Repeat the lines from the line with "F1_DEPTH = 25" to the line with "(754.422863, 493.30127), align=None)" in the listing below, keeping both end lines and adding nothing.

*** Data excerpts

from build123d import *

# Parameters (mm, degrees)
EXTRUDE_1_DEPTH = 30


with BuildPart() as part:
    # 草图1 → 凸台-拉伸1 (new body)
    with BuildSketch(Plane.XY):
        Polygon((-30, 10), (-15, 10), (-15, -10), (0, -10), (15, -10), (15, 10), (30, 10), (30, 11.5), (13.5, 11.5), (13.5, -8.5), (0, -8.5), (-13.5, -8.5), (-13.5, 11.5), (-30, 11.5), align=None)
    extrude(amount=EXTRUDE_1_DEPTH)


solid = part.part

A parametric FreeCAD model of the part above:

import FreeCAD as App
import Part
import Sketcher

V = App.Vector

doc = App.newDocument("Part")
body = doc.addObject("PartDesign::Body", "Body")

sketch1 = body.newObject("Sketcher::SketchObject", "Sketch")
sketch1.AttachmentSupport = (doc.getObject("XY_Plane"), [""])
sketch1.MapMode = "FlatFace"
sketch1.addGeometry([
    Part.LineSegment(V(-30, 10, 0), V(-15, 10, 0)),
    Part.LineSegment(V(-15, 10, 0), V(-15, -10, 0)),
    Part.LineSegment(V(-15, -10, 0), V(15, -10, 0)),
    Part.LineSegment(V(15, -10, 0), V(15, 10, 0)),
    Part.LineSegment(V(15, 10, 0), V(30, 10, 0)),
    Part.LineSegment(V(30, 10, 0), V(30, 11.5, 0)),
    Part.LineSegment(V(30, 11.5, 0), V(13.5, 11.5, 0)),
    Part.LineSegment(V(13.5, 11.5, 0), V(13.5, -8.5, 0)),
    Part.LineSegment(V(13.5, -8.5, 0), V(-13.5, -8.5, 0)),
    Part.LineSegment(V(-13.5, -8.5, 0), V(-13.5, 11.5, 0)),
    Part.LineSegment(V(-13.5, 11.5, 0), V(-30, 11.5, 0)),
    Part.LineSegment(V(-30, 11.5, 0), V(-30, 10, 0)),
], False)
sketch1.addConstraint([
    Sketcher.Constraint("Coincident", 0, 2, 1, 1),
    Sketcher.Constraint("Coincident", 1, 2, 2, 1),
    Sketcher.Constraint("Coincident", 2, 2, 3, 1),
    Sketcher.Constraint("Coincident", 3, 2, 4, 1),
    Sketcher.Constraint("Coincident", 4, 2, 5, 1),
    Sketcher.Constraint("Coincident", 5, 2, 6, 1),
    Sketcher.Constraint("Coincident", 6, 2, 7, 1),
    Sketcher.Constraint("Coincident", 7, 2, 8, 1),
    Sketcher.Constraint("Coincident", 8, 2, 9, 1),
    Sketcher.Constraint("Coincident", 9, 2, 10, 1),
    Sketcher.Constraint("Coincident", 10, 2, 11, 1),
    Sketcher.Constraint("Coincident", 11, 2, 0, 1),
    Sketcher.Constraint("Horizontal", 0),
    Sketcher.Constraint("Vertical", 1),
    Sketcher.Constraint("Horizontal", 2),
    Sketcher.Constraint("Vertical", 3),
    Sketcher.Constraint("Horizontal", 4),
    Sketcher.Constraint("Vertical", 5),
    Sketcher.Constraint("Horizontal", 6),
    Sketcher.Constraint("Vertical", 7),
    Sketcher.Constraint("Horizontal", 8),
    Sketcher.Constraint("Vertical", 9),
    Sketcher.Constraint("Horizontal", 10),
    Sketcher.Constraint("Vertical", 11),
    Sketcher.Constraint("Symmetric", 0, 2, 2, 2, -1, 1),
    Sketcher.Constraint("Symmetric", 6, 2, 9, 2, -2),
    Sketcher.Constraint("Symmetric", 4, 2, 11, 2, -2),
    Sketcher.Constraint("Equal", 3, 7),
    Sketcher.Constraint("DistanceX", 0, 1, 0, 2, 15.0),
    Sketcher.Constraint("DistanceX", 2, 1, 2, 2, 30.0),
    Sketcher.Constraint("DistanceX", 8, 2, 8, 1, 27.0),
    Sketcher.Constraint("DistanceY", 1, 2, 1, 1, 20.0),
    Sketcher.Constraint("DistanceY", 5, 1, 5, 2, 1.5),
])
pad1 = body.newObject("PartDesign::Pad", "Pad")
pad1.Profile = sketch1
pad1.Length = 30

doc.recompute()
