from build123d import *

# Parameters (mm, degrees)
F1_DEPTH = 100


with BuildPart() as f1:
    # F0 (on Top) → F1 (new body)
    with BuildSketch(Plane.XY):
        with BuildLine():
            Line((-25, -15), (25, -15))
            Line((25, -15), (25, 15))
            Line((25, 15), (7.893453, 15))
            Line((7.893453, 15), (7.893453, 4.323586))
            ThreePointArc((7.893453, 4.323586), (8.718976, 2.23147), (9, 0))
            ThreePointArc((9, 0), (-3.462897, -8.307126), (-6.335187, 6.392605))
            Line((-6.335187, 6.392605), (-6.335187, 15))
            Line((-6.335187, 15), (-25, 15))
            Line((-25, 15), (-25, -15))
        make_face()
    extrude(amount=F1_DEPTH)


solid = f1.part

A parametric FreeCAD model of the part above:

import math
import FreeCAD as App
import Part
import Sketcher
from FreeCAD import Vector

doc = App.newDocument("Part")
body = doc.addObject("PartDesign::Body", "Body")

# Sketch on XY plane
sketch1 = body.newObject("Sketcher::SketchObject", "Sketch")
sketch1.AttachmentSupport = (doc.getObject("XY_Plane"), [""])
sketch1.MapMode = "FlatFace"
sketch1.addGeometry(Part.LineSegment(Vector(-25, -15, 0), Vector(25, -15, 0)), False)
sketch1.addGeometry(Part.LineSegment(Vector(25, -15, 0), Vector(25, 15, 0)), False)
sketch1.addGeometry(Part.LineSegment(Vector(25, 15, 0), Vector(7.893453, 15, 0)), False)
sketch1.addGeometry(Part.LineSegment(Vector(7.893453, 15, 0), Vector(7.893453, 4.323586, 0)), False)
sketch1.addGeometry(Part.ArcOfCircle(Part.Circle(Vector(0.000005, 0.000001, 0), Vector(0, 0, 1), 8.999995), math.radians(-0.000005), math.radians(28.711439)), False)
sketch1.addGeometry(Part.ArcOfCircle(Part.Circle(Vector(0, 0, 0), Vector(0, 0, 1), 9), math.radians(134.741527), math.radians(360.000001)), False)
sketch1.addGeometry(Part.LineSegment(Vector(-6.335187, 6.392605, 0), Vector(-6.335187, 15, 0)), False)
sketch1.addGeometry(Part.LineSegment(Vector(-6.335187, 15, 0), Vector(-25, 15, 0)), False)
sketch1.addGeometry(Part.LineSegment(Vector(-25, 15, 0), Vector(-25, -15, 0)), False)
sketch1.addConstraint(Sketcher.Constraint("Coincident", 0, 2, 1, 1))
sketch1.addConstraint(Sketcher.Constraint("Coincident", 1, 2, 2, 1))
sketch1.addConstraint(Sketcher.Constraint("Coincident", 2, 2, 3, 1))
sketch1.addConstraint(Sketcher.Constraint("Coincident", 3, 2, 4, 2))
sketch1.addConstraint(Sketcher.Constraint("Tangent", 4, 1, 5, 2))
sketch1.addConstraint(Sketcher.Constraint("Coincident", 5, 1, 6, 1))
sketch1.addConstraint(Sketcher.Constraint("Coincident", 6, 2, 7, 1))
sketch1.addConstraint(Sketcher.Constraint("Coincident", 7, 2, 8, 1))
sketch1.addConstraint(Sketcher.Constraint("Coincident", 8, 2, 0, 1))
sketch1.addConstraint(Sketcher.Constraint("Horizontal", 0))
sketch1.addConstraint(Sketcher.Constraint("Vertical", 1))
sketch1.addConstraint(Sketcher.Constraint("Horizontal", 2))
sketch1.addConstraint(Sketcher.Constraint("Vertical", 3))
sketch1.addConstraint(Sketcher.Constraint("Vertical", 6))
sketch1.addConstraint(Sketcher.Constraint("Horizontal", 7))
sketch1.addConstraint(Sketcher.Constraint("Vertical", 8))
sketch1.addConstraint(Sketcher.Constraint("Coincident", 4, 3, -1, 1))
sketch1.addConstraint(Sketcher.Constraint("Symmetric", 0, 2, 7, 2, -1, 1))
sketch1.addConstraint(Sketcher.Constraint("PointOnObject", 4, 1, -1))
sketch1.addConstraint(Sketcher.Constraint("Horizontal", 2, 2, 6, 2))
sketch1.addConstraint(Sketcher.Constraint("Radius", 5, 9.0))
sketch1.addConstraint(Sketcher.Constraint("DistanceX", 0, 1, 0, 2, 50.0))
sketch1.addConstraint(Sketcher.Constraint("DistanceY", 1, 1, 1, 2, 30.0))
sketch1.addConstraint(Sketcher.Constraint("DistanceX", -1, 1, 4, 1, 9.0))
sketch1.addConstraint(Sketcher.Constraint("DistanceX", 2, 2, 2, 1, 17.106547))
sketch1.addConstraint(Sketcher.Constraint("DistanceX", 7, 2, 7, 1, 18.664813))
pad1 = body.newObject("PartDesign::Pad", "Pad")
pad1.Profile = sketch1
pad1.Length = 100

doc.recompute()
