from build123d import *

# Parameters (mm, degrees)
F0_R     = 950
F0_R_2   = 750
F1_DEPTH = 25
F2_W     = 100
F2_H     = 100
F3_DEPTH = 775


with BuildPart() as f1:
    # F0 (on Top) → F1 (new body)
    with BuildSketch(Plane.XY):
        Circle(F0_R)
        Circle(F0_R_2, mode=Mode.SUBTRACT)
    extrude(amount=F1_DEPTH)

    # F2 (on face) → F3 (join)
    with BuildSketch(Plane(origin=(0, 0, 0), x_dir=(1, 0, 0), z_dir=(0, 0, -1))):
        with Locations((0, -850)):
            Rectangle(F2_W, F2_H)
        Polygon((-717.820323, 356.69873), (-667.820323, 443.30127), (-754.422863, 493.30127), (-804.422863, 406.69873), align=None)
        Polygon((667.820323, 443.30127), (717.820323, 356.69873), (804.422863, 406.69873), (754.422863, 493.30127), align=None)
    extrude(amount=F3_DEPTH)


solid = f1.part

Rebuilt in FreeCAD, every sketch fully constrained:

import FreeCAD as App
import Part
import Sketcher
Q = App.Units.Quantity

doc = App.newDocument("Part")
params = doc.addObject("Spreadsheet::Sheet", "Params")
for row, (alias, value) in enumerate([
    ("sketch1_diameter", "1900 mm"),
    ("sketch1_diameter2", "1500 mm"),
    ("pad1_length", "25 mm"),
    ("sketch2_width", "100 mm"),
    ("sketch2_length", "100 mm"),
    ("pad2_length", "775 mm"),
], start=1):
    params.set(f"A{row}", alias)
    params.set(f"B{row}", "=" + value)
    params.setAlias(f"B{row}", alias)

body = doc.addObject("PartDesign::Body", "Body")

sketch1 = body.newObject("Sketcher::SketchObject", "Sketch")
sketch1.AttachmentSupport = (doc.getObject("XY_Plane"), [""])
sketch1.MapMode = "FlatFace"
sketch1.addGeometry(Part.Circle(App.Vector(0, 0, 0), App.Vector(0, 0, 1), 950), False)
sketch1.addGeometry(Part.Circle(App.Vector(0, 0, 0), App.Vector(0, 0, 1), 750), False)
sketch1.addConstraint(Sketcher.Constraint("Coincident", 0, 3, -1, 1))
sketch1.addConstraint(Sketcher.Constraint("Coincident", 1, 3, -1, 1))
sketch1.addConstraint(Sketcher.Constraint("Diameter", 0, 1900.0))
sketch1.addConstraint(Sketcher.Constraint("Diameter", 1, 1500.0))
sketch1.setExpression("Constraints[2]", "Params.sketch1_diameter")
sketch1.setExpression("Constraints[3]", "Params.sketch1_diameter2")
pad1 = body.newObject("PartDesign::Pad", "Pad")
pad1.Profile = sketch1
pad1.setExpression("Length", "Params.pad1_length")

sketch2 = body.newObject("Sketcher::SketchObject", "Sketch001")
sketch2.AttachmentSupport = (doc.getObject("XY_Plane"), [""])
sketch2.MapMode = "FlatFace"
sketch2.addGeometry(Part.LineSegment(App.Vector(-50, 800, 0), App.Vector(-50, 900, 0)), False)
sketch2.addGeometry(Part.LineSegment(App.Vector(-50, 900, 0), App.Vector(50, 900, 0)), False)
sketch2.addGeometry(Part.LineSegment(App.Vector(50, 900, 0), App.Vector(50, 800, 0)), False)
sketch2.addGeometry(Part.LineSegment(App.Vector(50, 800, 0), App.Vector(-50, 800, 0)), False)
sketch2.addGeometry(Part.LineSegment(App.Vector(-717.820323, -356.69873, 0), App.Vector(-667.820323, -443.30127, 0)), False)
sketch2.addGeometry(Part.LineSegment(App.Vector(-667.820323, -443.30127, 0), App.Vector(-754.422863, -493.30127, 0)), False)
sketch2.addGeometry(Part.LineSegment(App.Vector(-754.422863, -493.30127, 0), App.Vector(-804.422863, -406.69873, 0)), False)
sketch2.addGeometry(Part.LineSegment(App.Vector(-804.422863, -406.69873, 0), App.Vector(-717.820323, -356.69873, 0)), False)
sketch2.addGeometry(Part.LineSegment(App.Vector(667.820323, -443.30127, 0), App.Vector(717.820323, -356.69873, 0)), False)
sketch2.addGeometry(Part.LineSegment(App.Vector(717.820323, -356.69873, 0), App.Vector(804.422863, -406.69873, 0)), False)
sketch2.addGeometry(Part.LineSegment(App.Vector(804.422863, -406.69873, 0), App.Vector(754.422863, -493.30127, 0)), False)
sketch2.addGeometry(Part.LineSegment(App.Vector(754.422863, -493.30127, 0), App.Vector(667.820323, -443.30127, 0)), False)
sketch2.addConstraint(Sketcher.Constraint("Coincident", 0, 2, 1, 1))
sketch2.addConstraint(Sketcher.Constraint("Coincident", 1, 2, 2, 1))
sketch2.addConstraint(Sketcher.Constraint("Coincident", 2, 2, 3, 1))
sketch2.addConstraint(Sketcher.Constraint("Coincident", 3, 2, 0, 1))
sketch2.addConstraint(Sketcher.Constraint("Coincident", 4, 2, 5, 1))
sketch2.addConstraint(Sketcher.Constraint("Coincident", 5, 2, 6, 1))
sketch2.addConstraint(Sketcher.Constraint("Coincident", 6, 2, 7, 1))
sketch2.addConstraint(Sketcher.Constraint("Coincident", 7, 2, 4, 1))
sketch2.addConstraint(Sketcher.Constraint("Coincident", 8, 2, 9, 1))
sketch2.addConstraint(Sketcher.Constraint("Coincident", 9, 2, 10, 1))
sketch2.addConstraint(Sketcher.Constraint("Coincident", 10, 2, 11, 1))
sketch2.addConstraint(Sketcher.Constraint("Coincident", 11, 2, 8, 1))
sketch2.addConstraint(Sketcher.Constraint("Vertical", 0))
sketch2.addConstraint(Sketcher.Constraint("Horizontal", 1))
sketch2.addConstraint(Sketcher.Constraint("Vertical", 2))
sketch2.addConstraint(Sketcher.Constraint("Horizontal", 3))
sketch2.addConstraint(Sketcher.Constraint("Symmetric", 7, 2, 8, 2, -2))
sketch2.addConstraint(Sketcher.Constraint("Symmetric", 6, 2, 9, 2, -2))
sketch2.addConstraint(Sketcher.Constraint("Symmetric", 5, 2, 10, 2, -2))
sketch2.addConstraint(Sketcher.Constraint("Symmetric", 4, 2, 11, 2, -2))
sketch2.addConstraint(Sketcher.Constraint("Perpendicular", 4, 5))
sketch2.addConstraint(Sketcher.Constraint("Perpendicular", 5, 6))
sketch2.addConstraint(Sketcher.Constraint("Perpendicular", 6, 7))
sketch2.addConstraint(Sketcher.Constraint("Equal", 3, 0))
sketch2.addConstraint(Sketcher.Constraint("Equal", 4, 5))
sketch2.addConstraint(Sketcher.Constraint("DistanceX", 1, 1, 1, 2, 100.0))
sketch2.addConstraint(Sketcher.Constraint("Angle", 4, Q("-60 deg")))
sketch2.addConstraint(Sketcher.Constraint("Distance", 4, 100.0))
sketch2.addConstraint(Sketcher.Constraint("DistanceX", 0, 2, -1, 1, 50.0))
sketch2.addConstraint(Sketcher.Constraint("DistanceY", -1, 1, 0, 2, 900.0))
sketch2.addConstraint(Sketcher.Constraint("DistanceY", 4, 2, -1, 1, 443.30127))
sketch2.addConstraint(Sketcher.Constraint("DistanceX", 4, 2, -1, 1, 667.820323))
sketch2.setExpression("Constraints[25]", "Params.sketch2_width")
sketch2.setExpression("Constraints[27]", "Params.sketch2_length")
pad2 = body.newObject("PartDesign::Pad", "Pad001")
pad2.Profile = sketch2
pad2.setExpression("Length", "Params.pad2_length")
pad2.Reversed = True

doc.recompute()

******

#### Task result
F1_DEPTH = 25
F2_W     = 100
F2_H     = 100
F3_DEPTH = 775


with BuildPart() as f1:
    # F0 (on Top) → F1 (new body)
    with BuildSketch(Plane.XY):
        Circle(F0_R)
        Circle(F0_R_2, mode=Mode.SUBTRACT)
    extrude(amount=F1_DEPTH)

    # F2 (on face) → F3 (join)
    with BuildSketch(Plane(origin=(0, 0, 0), x_dir=(1, 0, 0), z_dir=(0, 0, -1))):
        with Locations((0, -850)):
            Rectangle(F2_W, F2_H)
        Polygon((-717.820323, 356.69873), (-667.820323, 443.30127), (-754.422863, 493.30127), (-804.422863, 406.69873), align=None)
        Polygon((667.820323, 443.30127), (717.820323, 356.69873), (804.422863, 406.69873), (754.422863, 493.30127), align=None)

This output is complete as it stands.